Fortunately, I now have gotten a lot better at reading more books. I have read fifteen books this year (so far) and plan to write up a summary of each book I’ve read in a giant blog post at the end of this year. Most of the books I read are well-regarded non-fiction books that relate to real-world subjects of interest: foreign policy, history, technology, psychology, and other areas. But I still feel like I am reading all these books partly to make up for lost time.
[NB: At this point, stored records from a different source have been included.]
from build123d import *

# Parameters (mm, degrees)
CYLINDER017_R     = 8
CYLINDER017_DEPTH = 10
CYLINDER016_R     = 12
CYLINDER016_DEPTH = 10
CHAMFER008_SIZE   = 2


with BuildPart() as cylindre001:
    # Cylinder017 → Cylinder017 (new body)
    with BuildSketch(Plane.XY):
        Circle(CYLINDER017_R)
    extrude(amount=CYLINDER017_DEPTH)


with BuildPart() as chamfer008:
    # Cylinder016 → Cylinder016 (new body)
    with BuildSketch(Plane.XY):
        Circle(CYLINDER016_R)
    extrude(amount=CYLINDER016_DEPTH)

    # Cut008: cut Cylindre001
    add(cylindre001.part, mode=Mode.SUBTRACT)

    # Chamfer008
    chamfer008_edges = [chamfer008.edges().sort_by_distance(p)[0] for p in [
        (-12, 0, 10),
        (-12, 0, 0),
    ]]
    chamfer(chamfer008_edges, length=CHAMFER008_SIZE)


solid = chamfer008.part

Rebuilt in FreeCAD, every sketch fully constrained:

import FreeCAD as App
import Part
import Sketcher
from FreeCAD import Vector


def edges_at(feature, points):
    """Names of the edges that pass closest to the given points."""
    edges = feature.Shape.Edges
    near = lambda p: min(range(len(edges)), key=lambda i: edges[i].distToShape(Part.Vertex(*p))[0])
    return sorted({f"Edge{near(p) + 1}" for p in points})

doc = App.newDocument("Part")
body = doc.addObject("PartDesign::Body", "Body")

sketch1 = doc.addObject("Sketcher::SketchObject", "Sketch")
body.addObject(sketch1)
sketch1.AttachmentSupport = (doc.XY_Plane, [""])
sketch1.MapMode = "FlatFace"
sketch1.addGeometry(Part.Circle(Vector(0, 0, 0), Vector(0, 0, 1), 8), False)
sketch1.addConstraint([
    Sketcher.Constraint("Coincident", 0, 3, -1, 1),
    Sketcher.Constraint("Diameter", 0, 16.0),
])
pad1 = doc.addObject("PartDesign::Pad", "Pad")
body.addObject(pad1)
pad1.Profile = sketch1
pad1.Length = 10
body2 = doc.addObject("PartDesign::Body", "Body001")

sketch2 = doc.addObject("Sketcher::SketchObject", "Sketch001")
body2.addObject(sketch2)
sketch2.AttachmentSupport = (doc.getObject("XY_Plane001"), [""])
sketch2.MapMode = "FlatFace"
sketch2.addGeometry(Part.Circle(Vector(0, 0, 0), Vector(0, 0, 1), 12), False)
sketch2.addConstraint([
    Sketcher.Constraint("Coincident", 0, 3, -1, 1),
    Sketcher.Constraint("Diameter", 0, 24.0),
])
pad2 = doc.addObject("PartDesign::Pad", "Pad001")
body2.addObject(pad2)
pad2.Profile = sketch2
pad2.Length = 10
doc.recompute()

boolean = doc.addObject("PartDesign::Boolean", "Boolean")
body2.addObject(boolean)
boolean.Type = "Cut"
boolean.addObjects([body])
doc.recompute()

chamfer = doc.addObject("PartDesign::Chamfer", "Chamfer")
body2.addObject(chamfer)
chamfer.Base = (boolean, edges_at(boolean, [(-12, 0, 10), (-12, 0, 0)]))
chamfer.Size = 2

doc.recompute()
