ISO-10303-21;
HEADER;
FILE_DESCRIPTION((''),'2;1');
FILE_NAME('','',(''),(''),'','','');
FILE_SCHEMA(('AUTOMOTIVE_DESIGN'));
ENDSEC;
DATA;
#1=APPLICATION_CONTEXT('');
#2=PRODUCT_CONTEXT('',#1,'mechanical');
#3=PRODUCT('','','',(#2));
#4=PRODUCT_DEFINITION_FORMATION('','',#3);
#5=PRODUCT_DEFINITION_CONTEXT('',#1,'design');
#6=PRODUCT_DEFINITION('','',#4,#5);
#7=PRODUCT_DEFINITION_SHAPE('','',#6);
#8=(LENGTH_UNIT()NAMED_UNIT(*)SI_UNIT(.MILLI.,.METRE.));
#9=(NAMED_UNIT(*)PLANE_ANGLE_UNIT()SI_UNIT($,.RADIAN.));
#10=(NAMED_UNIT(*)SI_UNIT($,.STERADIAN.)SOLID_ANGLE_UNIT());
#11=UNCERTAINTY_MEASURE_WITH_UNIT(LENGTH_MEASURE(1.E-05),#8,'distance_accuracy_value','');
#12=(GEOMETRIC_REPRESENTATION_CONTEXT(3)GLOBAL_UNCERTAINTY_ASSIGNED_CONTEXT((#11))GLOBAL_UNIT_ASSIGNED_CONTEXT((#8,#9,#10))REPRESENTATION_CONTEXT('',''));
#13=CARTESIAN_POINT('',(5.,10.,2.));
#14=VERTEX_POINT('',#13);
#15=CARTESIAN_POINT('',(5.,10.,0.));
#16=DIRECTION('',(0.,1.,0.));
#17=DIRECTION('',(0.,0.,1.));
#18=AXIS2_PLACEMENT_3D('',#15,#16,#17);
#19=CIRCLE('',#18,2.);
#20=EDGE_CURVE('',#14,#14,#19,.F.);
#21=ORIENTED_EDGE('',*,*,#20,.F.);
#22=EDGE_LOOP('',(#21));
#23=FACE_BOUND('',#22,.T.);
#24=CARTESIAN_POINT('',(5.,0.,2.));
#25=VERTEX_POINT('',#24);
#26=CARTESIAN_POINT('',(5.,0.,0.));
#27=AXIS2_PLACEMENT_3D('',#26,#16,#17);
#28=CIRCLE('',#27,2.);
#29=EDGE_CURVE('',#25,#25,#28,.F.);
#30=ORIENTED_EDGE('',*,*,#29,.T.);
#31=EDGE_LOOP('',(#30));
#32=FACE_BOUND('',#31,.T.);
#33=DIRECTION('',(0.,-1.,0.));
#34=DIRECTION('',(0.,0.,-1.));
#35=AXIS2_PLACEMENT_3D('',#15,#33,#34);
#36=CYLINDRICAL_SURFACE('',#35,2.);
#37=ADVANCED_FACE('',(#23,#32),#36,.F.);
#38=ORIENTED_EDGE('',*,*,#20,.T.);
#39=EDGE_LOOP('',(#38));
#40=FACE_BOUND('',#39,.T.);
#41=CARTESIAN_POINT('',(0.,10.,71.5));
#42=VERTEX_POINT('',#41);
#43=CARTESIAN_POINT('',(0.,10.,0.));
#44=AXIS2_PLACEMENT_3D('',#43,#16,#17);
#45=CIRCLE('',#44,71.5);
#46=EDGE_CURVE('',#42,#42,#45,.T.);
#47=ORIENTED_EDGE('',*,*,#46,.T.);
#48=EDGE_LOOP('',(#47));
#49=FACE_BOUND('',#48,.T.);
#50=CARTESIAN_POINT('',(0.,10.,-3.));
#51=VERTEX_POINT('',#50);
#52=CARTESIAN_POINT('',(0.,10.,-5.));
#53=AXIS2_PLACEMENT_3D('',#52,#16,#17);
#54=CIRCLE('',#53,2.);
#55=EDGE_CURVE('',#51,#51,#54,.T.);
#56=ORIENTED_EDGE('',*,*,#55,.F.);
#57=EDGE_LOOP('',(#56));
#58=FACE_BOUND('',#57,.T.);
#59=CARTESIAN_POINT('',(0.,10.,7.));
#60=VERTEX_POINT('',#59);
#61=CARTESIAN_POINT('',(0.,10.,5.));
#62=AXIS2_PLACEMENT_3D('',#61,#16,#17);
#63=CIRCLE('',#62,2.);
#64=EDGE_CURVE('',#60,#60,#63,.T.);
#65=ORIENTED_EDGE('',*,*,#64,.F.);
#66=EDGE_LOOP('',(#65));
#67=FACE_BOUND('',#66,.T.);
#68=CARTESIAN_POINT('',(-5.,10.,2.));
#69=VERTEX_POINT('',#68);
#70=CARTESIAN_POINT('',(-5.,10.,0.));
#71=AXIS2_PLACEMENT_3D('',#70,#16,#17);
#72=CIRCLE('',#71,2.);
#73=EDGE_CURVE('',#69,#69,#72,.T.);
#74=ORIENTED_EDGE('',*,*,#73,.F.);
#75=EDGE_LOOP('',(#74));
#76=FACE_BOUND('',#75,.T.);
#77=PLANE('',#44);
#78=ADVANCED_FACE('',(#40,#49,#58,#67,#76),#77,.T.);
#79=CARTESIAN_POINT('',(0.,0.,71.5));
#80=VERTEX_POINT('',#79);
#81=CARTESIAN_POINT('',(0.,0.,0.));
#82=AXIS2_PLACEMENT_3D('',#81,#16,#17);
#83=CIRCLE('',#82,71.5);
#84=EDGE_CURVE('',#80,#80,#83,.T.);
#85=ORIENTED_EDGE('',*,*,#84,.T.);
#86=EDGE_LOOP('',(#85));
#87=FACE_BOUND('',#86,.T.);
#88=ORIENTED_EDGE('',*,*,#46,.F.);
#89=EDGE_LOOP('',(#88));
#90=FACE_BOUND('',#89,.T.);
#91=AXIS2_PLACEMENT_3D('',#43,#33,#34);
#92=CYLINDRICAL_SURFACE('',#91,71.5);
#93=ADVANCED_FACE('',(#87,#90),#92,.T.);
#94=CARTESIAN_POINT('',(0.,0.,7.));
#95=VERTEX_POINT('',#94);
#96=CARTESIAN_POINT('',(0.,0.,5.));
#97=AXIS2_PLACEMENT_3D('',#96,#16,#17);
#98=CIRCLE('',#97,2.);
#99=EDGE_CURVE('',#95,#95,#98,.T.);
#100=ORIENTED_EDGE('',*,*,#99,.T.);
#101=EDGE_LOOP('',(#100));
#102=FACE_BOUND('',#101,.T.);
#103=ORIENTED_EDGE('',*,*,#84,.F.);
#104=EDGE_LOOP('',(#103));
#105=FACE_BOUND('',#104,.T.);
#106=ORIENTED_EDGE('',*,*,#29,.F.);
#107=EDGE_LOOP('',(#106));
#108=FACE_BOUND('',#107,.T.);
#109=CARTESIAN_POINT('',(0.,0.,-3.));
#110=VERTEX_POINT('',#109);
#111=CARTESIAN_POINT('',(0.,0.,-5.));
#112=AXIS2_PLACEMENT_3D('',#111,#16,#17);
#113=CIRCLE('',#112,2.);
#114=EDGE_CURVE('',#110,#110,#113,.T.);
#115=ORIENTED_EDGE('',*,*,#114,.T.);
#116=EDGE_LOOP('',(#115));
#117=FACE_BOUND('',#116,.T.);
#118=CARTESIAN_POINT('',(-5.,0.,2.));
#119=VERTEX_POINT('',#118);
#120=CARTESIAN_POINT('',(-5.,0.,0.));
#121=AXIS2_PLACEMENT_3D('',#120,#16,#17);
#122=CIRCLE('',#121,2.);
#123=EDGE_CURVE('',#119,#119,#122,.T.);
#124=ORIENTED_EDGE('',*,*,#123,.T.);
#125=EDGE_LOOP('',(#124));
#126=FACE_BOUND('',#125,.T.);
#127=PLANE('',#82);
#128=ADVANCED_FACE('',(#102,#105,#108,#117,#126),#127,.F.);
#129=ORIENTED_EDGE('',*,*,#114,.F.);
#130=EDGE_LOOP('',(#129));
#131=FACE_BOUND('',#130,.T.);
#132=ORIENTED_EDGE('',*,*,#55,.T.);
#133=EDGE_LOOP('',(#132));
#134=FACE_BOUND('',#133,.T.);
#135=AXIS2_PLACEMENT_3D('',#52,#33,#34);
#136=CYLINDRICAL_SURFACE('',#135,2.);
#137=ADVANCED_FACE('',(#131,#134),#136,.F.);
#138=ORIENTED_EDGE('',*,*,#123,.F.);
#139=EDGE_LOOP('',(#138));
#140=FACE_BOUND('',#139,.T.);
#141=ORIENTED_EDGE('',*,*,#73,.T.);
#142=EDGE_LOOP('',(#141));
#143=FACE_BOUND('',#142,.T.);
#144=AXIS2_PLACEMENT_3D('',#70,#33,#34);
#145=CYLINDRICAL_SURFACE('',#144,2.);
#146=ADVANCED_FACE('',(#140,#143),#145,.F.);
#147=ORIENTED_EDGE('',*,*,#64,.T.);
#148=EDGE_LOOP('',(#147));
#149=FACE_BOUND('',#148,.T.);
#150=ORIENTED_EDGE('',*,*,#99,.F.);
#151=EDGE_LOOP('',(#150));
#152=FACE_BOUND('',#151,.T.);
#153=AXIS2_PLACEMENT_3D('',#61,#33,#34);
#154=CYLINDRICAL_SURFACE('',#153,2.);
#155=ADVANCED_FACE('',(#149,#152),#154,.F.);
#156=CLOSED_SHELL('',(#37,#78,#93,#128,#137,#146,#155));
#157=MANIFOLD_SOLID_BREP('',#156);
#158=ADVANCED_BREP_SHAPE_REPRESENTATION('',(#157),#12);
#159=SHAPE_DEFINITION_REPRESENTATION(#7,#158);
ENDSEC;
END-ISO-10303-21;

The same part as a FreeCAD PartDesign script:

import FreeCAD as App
import Part
import Sketcher
Q = App.Units.Quantity

doc = App.newDocument("Part")
body = doc.addObject("PartDesign::Body", "Body")

# Sketch on XZ plane
sketch1 = doc.addObject("Sketcher::SketchObject", "Sketch")
body.addObject(sketch1)
sketch1.AttachmentSupport = (doc.XZ_Plane, [""])
sketch1.MapMode = "FlatFace"
sketch1.addGeometry([
    Part.Circle(App.Vector(0, 0, 0), App.Vector(0, 0, 1), 71.5),  # 0
    Part.Circle(App.Vector(0, -5, 0), App.Vector(0, 0, 1), 2),  # 1
    Part.Circle(App.Vector(-5, 0, 0), App.Vector(0, 0, 1), 2),  # 2
    Part.Circle(App.Vector(5, 0, 0), App.Vector(0, 0, 1), 2),  # 3
    Part.Circle(App.Vector(0, 5, 0), App.Vector(0, 0, 1), 2),  # 4
], False)
sketch1.addConstraint([
    Sketcher.Constraint("Coincident", 0, 3, -1, 1),
    Sketcher.Constraint("Equal", 1, 2),
    Sketcher.Constraint("Equal", 2, 3),
    Sketcher.Constraint("Equal", 3, 4),
    Sketcher.Constraint("Symmetric", 2, 3, 3, 3, -1, 1),
    Sketcher.Constraint("Symmetric", 1, 3, 4, 3, -1, 1),
    Sketcher.Constraint("PointOnObject", 1, 3, -2),
    Sketcher.Constraint("PointOnObject", 2, 3, -1),
    Sketcher.Constraint("Diameter", 0, Q("143 mm")),
    Sketcher.Constraint("Diameter", 1, Q("4 mm")),
    Sketcher.Constraint("DistanceY", 1, 3, -1, 1, Q("5 mm")),
    Sketcher.Constraint("DistanceX", 2, 3, -1, 1, Q("5 mm")),
])
pad1 = doc.addObject("PartDesign::Pad", "Pad")
body.addObject(pad1)
pad1.Profile = sketch1
pad1.Length = 10
pad1.Reversed = True

doc.recompute()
(8) I spent too much time browsing random websites and message boards. In part, this was due to my obsession with playing games. For instance, I have almost 6,000 posts on the Civilization Fanatics Forum and was known as one of the top single-player Civilization IV players on the forum. (Yeeeaah … I was really obsessed with that game!) I also posted on other message boards in addition to game-related ones. Sadly, College Confidential was one of them1. In part because I don’t play games that much anymore, I have been a lot better in avoiding message boards. In addition, because I have so much on my plate now in terms of research and coursework, I spend far less time aimlessly browsing the Internet.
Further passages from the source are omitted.